[Work to complete]:
Among the records that follow, set down only the lines from the one containing "f 253 252 339" to the one containing "f 71 69 342", both included, exactly.
Top of Input material
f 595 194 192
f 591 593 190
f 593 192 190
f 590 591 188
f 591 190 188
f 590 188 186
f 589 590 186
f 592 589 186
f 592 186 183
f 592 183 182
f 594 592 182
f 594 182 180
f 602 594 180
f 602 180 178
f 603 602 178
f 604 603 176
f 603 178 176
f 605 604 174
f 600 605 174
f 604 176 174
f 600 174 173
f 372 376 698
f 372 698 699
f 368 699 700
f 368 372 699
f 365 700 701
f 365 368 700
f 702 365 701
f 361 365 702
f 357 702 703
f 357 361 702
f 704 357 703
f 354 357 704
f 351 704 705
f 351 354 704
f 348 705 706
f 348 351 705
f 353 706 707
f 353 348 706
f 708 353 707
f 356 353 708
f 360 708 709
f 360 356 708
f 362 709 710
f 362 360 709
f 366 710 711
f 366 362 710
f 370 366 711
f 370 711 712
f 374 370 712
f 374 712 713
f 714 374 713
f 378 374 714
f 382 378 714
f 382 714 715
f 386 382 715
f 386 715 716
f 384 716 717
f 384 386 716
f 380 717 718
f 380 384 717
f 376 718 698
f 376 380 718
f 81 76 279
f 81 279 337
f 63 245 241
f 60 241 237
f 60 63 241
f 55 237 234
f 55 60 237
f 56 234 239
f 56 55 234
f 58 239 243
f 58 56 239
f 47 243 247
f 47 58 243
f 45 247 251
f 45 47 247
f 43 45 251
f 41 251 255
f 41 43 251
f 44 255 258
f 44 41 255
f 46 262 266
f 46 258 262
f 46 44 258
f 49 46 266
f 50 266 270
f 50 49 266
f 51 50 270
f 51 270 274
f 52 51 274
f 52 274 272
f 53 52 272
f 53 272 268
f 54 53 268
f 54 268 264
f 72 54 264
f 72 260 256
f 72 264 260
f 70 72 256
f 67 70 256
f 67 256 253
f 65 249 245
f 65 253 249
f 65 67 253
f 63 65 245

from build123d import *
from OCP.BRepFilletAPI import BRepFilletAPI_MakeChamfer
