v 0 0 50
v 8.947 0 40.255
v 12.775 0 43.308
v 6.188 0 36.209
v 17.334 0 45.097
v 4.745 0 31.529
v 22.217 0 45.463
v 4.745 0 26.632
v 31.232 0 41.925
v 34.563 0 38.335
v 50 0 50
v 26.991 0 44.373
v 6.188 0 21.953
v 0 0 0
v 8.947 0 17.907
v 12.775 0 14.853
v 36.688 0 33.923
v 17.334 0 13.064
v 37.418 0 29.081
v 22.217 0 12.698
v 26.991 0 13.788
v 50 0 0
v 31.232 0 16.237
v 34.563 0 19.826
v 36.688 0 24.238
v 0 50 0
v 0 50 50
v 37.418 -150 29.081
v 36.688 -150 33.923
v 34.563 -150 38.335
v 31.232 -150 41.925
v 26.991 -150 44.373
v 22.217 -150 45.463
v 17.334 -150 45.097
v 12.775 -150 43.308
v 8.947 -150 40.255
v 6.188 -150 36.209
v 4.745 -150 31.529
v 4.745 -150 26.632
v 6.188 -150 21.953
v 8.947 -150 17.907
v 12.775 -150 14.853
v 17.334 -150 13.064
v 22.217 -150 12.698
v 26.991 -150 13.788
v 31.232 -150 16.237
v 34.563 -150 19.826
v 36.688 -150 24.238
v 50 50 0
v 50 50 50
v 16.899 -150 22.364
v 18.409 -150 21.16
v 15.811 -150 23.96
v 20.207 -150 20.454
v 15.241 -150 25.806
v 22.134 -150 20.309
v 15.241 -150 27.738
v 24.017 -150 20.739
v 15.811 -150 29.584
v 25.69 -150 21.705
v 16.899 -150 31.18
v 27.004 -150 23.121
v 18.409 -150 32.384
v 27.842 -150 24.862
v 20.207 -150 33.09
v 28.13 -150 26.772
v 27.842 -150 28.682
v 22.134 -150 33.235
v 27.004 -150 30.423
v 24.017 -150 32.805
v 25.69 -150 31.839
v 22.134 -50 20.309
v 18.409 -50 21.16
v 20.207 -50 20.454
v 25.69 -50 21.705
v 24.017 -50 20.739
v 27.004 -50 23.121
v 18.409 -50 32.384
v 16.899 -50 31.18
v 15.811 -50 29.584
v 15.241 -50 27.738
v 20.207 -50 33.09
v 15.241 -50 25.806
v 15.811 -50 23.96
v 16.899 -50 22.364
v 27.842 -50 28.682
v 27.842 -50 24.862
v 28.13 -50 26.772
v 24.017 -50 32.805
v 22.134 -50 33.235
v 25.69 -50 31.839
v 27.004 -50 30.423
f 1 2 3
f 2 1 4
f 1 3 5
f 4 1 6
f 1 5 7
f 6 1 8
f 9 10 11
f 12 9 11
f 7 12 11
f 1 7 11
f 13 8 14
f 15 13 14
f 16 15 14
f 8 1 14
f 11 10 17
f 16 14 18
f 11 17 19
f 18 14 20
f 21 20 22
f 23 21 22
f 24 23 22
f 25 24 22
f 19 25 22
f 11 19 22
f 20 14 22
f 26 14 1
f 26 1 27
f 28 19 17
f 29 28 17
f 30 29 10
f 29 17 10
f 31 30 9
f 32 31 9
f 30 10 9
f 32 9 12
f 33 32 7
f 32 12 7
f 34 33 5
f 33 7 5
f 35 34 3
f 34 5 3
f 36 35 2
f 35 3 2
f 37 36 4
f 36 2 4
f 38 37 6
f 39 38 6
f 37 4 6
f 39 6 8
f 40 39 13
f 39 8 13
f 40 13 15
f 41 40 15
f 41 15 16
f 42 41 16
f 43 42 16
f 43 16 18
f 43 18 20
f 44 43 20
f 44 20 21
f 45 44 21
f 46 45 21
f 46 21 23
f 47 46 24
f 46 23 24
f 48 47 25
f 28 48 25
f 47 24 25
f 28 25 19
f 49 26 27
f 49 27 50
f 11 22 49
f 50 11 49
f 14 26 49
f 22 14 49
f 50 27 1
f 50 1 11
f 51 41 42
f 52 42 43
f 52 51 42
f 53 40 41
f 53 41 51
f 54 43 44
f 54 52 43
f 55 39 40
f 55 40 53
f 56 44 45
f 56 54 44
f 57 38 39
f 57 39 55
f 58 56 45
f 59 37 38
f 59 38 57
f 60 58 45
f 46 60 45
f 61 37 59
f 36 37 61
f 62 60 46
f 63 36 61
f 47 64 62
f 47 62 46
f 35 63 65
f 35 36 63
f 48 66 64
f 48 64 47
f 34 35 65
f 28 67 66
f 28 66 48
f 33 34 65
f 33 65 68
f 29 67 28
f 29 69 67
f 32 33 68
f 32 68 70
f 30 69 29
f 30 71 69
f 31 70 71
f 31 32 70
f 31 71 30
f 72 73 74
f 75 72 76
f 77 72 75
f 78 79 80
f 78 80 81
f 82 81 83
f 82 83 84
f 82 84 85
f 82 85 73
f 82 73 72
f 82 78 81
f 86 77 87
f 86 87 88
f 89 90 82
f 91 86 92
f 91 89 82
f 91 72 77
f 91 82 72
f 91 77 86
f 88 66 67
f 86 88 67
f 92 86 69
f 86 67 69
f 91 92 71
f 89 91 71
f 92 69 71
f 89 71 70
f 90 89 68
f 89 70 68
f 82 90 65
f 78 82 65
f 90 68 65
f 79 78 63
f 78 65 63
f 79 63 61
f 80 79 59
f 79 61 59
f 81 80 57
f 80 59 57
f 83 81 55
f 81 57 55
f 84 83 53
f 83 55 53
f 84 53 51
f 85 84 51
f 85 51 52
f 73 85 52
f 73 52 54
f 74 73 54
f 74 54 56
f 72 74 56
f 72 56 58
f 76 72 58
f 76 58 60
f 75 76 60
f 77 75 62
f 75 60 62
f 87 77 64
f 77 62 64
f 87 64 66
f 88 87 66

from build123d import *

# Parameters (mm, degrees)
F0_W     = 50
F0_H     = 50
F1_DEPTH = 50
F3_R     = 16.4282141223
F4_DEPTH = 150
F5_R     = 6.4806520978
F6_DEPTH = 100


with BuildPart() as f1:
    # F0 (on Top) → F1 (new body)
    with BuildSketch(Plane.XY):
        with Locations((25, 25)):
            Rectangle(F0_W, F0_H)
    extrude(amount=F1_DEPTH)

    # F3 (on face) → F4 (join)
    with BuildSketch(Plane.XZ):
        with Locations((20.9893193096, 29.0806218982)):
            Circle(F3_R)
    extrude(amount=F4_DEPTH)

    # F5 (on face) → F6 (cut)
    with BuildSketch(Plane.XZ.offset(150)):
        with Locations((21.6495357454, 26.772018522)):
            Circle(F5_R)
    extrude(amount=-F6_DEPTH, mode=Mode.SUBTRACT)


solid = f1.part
Bottom of Input material
Top of Input material
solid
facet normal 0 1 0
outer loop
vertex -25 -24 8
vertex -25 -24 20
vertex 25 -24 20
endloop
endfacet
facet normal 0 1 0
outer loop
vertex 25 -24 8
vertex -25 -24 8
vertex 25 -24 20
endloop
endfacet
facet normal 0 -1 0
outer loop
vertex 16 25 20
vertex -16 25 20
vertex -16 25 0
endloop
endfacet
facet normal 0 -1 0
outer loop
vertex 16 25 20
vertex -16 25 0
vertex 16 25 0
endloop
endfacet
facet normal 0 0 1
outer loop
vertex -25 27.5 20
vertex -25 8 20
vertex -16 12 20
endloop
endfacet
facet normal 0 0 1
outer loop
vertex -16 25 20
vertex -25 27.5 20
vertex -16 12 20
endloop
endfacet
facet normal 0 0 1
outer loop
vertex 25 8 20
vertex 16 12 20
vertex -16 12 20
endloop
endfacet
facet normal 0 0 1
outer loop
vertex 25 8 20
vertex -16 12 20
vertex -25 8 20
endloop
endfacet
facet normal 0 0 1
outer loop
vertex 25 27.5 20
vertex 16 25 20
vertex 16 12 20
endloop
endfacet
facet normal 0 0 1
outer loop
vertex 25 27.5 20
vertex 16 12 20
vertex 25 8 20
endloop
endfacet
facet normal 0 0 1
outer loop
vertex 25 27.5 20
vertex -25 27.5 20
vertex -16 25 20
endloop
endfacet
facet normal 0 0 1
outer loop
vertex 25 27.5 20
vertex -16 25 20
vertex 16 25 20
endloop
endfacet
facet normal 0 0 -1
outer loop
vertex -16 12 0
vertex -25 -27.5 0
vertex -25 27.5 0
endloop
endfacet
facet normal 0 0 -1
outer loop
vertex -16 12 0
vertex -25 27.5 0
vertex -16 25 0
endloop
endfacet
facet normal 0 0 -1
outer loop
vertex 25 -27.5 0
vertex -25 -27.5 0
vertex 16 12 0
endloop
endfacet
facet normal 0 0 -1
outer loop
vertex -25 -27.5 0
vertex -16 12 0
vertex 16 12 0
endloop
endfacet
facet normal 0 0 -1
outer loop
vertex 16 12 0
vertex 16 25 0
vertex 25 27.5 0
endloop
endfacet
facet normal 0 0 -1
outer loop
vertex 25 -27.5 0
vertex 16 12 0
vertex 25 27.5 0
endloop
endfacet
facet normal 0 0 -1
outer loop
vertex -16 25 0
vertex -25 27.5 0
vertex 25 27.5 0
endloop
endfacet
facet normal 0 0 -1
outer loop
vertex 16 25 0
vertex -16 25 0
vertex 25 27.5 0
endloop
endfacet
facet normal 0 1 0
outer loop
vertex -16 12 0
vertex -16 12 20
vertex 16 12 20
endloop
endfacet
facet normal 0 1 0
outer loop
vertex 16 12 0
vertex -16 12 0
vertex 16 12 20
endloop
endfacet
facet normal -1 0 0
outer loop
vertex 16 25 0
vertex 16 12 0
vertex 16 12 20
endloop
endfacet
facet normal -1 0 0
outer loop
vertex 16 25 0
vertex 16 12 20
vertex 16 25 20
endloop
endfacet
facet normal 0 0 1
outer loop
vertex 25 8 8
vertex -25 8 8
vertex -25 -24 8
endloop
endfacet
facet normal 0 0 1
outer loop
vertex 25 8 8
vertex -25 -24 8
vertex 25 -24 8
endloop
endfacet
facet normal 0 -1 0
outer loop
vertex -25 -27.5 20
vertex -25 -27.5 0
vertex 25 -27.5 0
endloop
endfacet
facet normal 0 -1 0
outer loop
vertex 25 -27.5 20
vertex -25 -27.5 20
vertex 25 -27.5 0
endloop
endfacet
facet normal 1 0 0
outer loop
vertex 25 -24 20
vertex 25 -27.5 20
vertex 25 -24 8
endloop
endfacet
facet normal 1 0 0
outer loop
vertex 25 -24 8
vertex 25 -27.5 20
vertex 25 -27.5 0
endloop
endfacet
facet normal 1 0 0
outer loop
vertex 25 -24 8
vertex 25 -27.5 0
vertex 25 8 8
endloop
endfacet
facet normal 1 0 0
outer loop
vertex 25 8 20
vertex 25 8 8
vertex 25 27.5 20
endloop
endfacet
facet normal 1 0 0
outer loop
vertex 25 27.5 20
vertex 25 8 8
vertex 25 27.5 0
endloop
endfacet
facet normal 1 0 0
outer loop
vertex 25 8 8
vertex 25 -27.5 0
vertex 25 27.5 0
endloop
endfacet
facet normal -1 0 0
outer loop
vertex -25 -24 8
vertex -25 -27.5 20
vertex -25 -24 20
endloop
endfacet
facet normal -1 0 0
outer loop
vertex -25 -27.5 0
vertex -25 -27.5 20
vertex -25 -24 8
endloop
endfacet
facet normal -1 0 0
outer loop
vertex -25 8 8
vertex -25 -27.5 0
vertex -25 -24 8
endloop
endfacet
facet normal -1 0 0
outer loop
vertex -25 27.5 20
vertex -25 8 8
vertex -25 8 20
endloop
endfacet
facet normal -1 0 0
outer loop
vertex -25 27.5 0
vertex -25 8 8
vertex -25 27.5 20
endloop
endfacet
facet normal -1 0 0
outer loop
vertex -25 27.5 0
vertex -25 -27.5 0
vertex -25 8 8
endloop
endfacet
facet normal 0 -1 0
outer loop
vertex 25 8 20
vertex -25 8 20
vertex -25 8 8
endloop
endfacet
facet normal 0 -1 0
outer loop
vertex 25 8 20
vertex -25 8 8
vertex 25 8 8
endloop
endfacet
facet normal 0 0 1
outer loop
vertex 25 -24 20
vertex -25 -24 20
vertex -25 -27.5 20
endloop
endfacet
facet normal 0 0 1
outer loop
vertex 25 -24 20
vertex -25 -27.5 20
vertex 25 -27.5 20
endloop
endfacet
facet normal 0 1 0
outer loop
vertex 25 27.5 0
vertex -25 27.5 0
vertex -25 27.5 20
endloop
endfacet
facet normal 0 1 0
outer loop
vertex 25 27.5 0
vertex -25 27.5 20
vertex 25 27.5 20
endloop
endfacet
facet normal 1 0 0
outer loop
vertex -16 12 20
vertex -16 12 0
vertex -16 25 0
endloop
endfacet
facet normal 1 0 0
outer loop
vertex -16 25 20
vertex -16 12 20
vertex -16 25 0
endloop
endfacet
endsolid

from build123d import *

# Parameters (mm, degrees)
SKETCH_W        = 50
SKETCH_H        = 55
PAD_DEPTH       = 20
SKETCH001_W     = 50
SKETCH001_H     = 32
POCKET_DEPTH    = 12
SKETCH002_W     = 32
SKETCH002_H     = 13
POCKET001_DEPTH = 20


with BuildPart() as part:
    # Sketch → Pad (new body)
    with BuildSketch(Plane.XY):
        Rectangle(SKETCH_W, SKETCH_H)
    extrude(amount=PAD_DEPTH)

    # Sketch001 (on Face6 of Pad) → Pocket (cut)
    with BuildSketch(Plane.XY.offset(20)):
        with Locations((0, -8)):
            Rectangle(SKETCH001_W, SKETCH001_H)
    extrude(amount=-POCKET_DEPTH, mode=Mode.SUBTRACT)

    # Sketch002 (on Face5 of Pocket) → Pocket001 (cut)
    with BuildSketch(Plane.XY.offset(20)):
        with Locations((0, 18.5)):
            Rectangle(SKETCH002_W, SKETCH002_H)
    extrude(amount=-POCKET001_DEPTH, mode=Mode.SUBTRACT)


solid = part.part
Bottom of Input material
Top of Input material
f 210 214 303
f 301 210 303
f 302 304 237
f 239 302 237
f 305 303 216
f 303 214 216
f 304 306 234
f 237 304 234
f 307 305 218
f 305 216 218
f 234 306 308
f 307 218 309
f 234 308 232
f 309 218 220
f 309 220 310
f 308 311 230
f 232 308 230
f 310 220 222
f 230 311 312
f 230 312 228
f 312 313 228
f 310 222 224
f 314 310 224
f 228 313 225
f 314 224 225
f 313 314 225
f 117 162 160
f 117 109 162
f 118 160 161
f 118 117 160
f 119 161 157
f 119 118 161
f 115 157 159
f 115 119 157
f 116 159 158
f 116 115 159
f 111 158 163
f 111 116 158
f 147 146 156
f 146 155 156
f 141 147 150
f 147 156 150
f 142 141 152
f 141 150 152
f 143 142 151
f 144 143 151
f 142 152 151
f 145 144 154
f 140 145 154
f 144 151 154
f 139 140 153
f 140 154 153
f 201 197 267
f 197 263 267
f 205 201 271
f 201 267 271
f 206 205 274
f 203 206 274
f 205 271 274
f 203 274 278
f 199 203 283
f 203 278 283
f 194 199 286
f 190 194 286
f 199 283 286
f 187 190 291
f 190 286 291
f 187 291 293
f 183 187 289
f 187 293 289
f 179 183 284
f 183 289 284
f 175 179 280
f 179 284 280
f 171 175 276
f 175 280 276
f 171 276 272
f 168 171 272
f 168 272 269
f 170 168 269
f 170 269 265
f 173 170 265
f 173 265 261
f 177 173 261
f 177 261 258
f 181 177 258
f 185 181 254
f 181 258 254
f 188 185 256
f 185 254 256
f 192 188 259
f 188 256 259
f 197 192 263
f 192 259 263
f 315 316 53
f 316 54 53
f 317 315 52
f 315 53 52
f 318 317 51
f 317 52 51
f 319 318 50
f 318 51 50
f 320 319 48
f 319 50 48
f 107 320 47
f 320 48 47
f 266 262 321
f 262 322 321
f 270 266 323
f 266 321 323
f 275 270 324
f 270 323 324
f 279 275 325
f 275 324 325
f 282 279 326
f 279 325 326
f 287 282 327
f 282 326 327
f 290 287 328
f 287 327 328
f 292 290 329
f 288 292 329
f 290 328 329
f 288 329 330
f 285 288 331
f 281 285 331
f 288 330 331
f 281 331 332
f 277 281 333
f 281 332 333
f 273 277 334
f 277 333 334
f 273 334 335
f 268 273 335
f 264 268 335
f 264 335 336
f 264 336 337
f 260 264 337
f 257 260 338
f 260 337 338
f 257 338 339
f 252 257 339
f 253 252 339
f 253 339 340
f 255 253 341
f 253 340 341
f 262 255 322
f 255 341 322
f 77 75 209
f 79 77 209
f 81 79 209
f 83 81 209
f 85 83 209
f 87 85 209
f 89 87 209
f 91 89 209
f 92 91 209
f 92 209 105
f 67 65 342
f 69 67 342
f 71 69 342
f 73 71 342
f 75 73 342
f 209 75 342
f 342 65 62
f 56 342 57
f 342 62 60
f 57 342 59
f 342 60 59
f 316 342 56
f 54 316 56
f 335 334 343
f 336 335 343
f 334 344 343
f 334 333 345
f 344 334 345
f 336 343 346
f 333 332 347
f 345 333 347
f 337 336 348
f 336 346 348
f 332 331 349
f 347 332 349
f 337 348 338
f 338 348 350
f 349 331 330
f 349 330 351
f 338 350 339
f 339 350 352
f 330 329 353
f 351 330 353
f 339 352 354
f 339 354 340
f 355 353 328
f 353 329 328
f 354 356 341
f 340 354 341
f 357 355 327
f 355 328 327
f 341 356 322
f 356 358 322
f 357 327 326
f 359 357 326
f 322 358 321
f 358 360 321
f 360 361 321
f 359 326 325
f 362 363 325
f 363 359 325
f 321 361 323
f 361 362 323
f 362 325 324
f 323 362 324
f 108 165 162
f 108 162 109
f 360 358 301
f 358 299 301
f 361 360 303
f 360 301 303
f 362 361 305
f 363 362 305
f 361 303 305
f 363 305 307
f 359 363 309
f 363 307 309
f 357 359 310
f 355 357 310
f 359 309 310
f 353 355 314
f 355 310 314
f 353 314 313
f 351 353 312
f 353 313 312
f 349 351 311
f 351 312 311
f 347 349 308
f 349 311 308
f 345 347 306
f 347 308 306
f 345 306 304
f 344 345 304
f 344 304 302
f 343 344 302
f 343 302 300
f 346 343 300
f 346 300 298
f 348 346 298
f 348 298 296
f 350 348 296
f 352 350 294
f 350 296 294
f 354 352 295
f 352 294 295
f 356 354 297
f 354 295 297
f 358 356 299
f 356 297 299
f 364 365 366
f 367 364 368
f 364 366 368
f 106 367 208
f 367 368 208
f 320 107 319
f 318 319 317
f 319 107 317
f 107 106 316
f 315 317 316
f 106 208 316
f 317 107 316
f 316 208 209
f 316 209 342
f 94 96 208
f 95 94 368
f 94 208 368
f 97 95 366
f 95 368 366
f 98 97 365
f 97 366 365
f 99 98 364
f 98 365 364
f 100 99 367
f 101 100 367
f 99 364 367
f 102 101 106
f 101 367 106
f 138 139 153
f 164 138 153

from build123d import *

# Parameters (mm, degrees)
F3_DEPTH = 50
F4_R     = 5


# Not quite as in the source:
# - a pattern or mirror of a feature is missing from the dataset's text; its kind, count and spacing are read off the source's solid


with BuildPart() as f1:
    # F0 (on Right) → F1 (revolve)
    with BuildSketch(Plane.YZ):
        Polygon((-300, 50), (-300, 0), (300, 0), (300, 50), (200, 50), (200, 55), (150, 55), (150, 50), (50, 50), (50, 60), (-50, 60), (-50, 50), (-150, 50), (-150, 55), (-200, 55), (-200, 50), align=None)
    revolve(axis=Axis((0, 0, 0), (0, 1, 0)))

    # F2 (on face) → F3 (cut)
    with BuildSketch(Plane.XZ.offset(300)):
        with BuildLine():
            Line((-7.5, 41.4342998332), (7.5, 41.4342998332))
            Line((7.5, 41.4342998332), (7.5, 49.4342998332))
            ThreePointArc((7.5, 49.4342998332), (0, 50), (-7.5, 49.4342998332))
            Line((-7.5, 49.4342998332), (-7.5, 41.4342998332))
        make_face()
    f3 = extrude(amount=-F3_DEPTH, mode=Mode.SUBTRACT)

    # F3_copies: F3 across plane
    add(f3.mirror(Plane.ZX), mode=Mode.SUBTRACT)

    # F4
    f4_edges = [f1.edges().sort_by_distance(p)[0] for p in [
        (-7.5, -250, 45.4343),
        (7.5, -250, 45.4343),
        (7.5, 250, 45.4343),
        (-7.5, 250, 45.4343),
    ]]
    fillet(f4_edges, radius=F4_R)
Bottom of Input material
[Your response]:
f 253 252 339
f 253 339 340
f 255 253 341
f 253 340 341
f 262 255 322
f 255 341 322
f 77 75 209
f 79 77 209
f 81 79 209
f 83 81 209
f 85 83 209
f 87 85 209
f 89 87 209
f 91 89 209
f 92 91 209
f 92 209 105
f 67 65 342
f 69 67 342
f 71 69 342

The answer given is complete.